#### What this task involves:
Copy the records below verbatim, from the first line through the line containing "# Sketch1 → Boss-Extrude1 (new body)", inclusive, and output nothing else.

*** Task data Section Begins ***

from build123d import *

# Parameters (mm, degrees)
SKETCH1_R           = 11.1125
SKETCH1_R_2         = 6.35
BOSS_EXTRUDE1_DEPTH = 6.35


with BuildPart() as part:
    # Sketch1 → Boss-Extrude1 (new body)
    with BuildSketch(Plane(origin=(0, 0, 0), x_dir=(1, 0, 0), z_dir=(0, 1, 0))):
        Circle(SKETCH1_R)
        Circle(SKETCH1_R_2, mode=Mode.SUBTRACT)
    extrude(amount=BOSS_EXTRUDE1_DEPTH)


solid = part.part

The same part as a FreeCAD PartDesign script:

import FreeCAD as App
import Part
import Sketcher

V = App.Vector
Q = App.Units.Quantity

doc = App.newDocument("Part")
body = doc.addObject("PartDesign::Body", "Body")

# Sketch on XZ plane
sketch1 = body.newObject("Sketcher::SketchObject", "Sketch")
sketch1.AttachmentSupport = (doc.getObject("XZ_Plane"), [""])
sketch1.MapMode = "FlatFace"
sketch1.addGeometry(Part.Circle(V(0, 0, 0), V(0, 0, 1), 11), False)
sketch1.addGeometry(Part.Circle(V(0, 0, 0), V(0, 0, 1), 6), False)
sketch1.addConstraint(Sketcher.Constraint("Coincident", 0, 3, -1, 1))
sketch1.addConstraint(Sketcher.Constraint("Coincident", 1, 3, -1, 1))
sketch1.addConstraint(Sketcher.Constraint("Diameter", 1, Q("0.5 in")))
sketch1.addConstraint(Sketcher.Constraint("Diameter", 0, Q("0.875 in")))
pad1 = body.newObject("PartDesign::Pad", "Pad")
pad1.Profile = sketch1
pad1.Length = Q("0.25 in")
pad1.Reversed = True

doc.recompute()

*** Task data Section Ends ***

#### Response area:
from build123d import *

# Parameters (mm, degrees)
SKETCH1_R           = 11.1125
SKETCH1_R_2         = 6.35
BOSS_EXTRUDE1_DEPTH = 6.35


with BuildPart() as part:
    # Sketch1 → Boss-Extrude1 (new body)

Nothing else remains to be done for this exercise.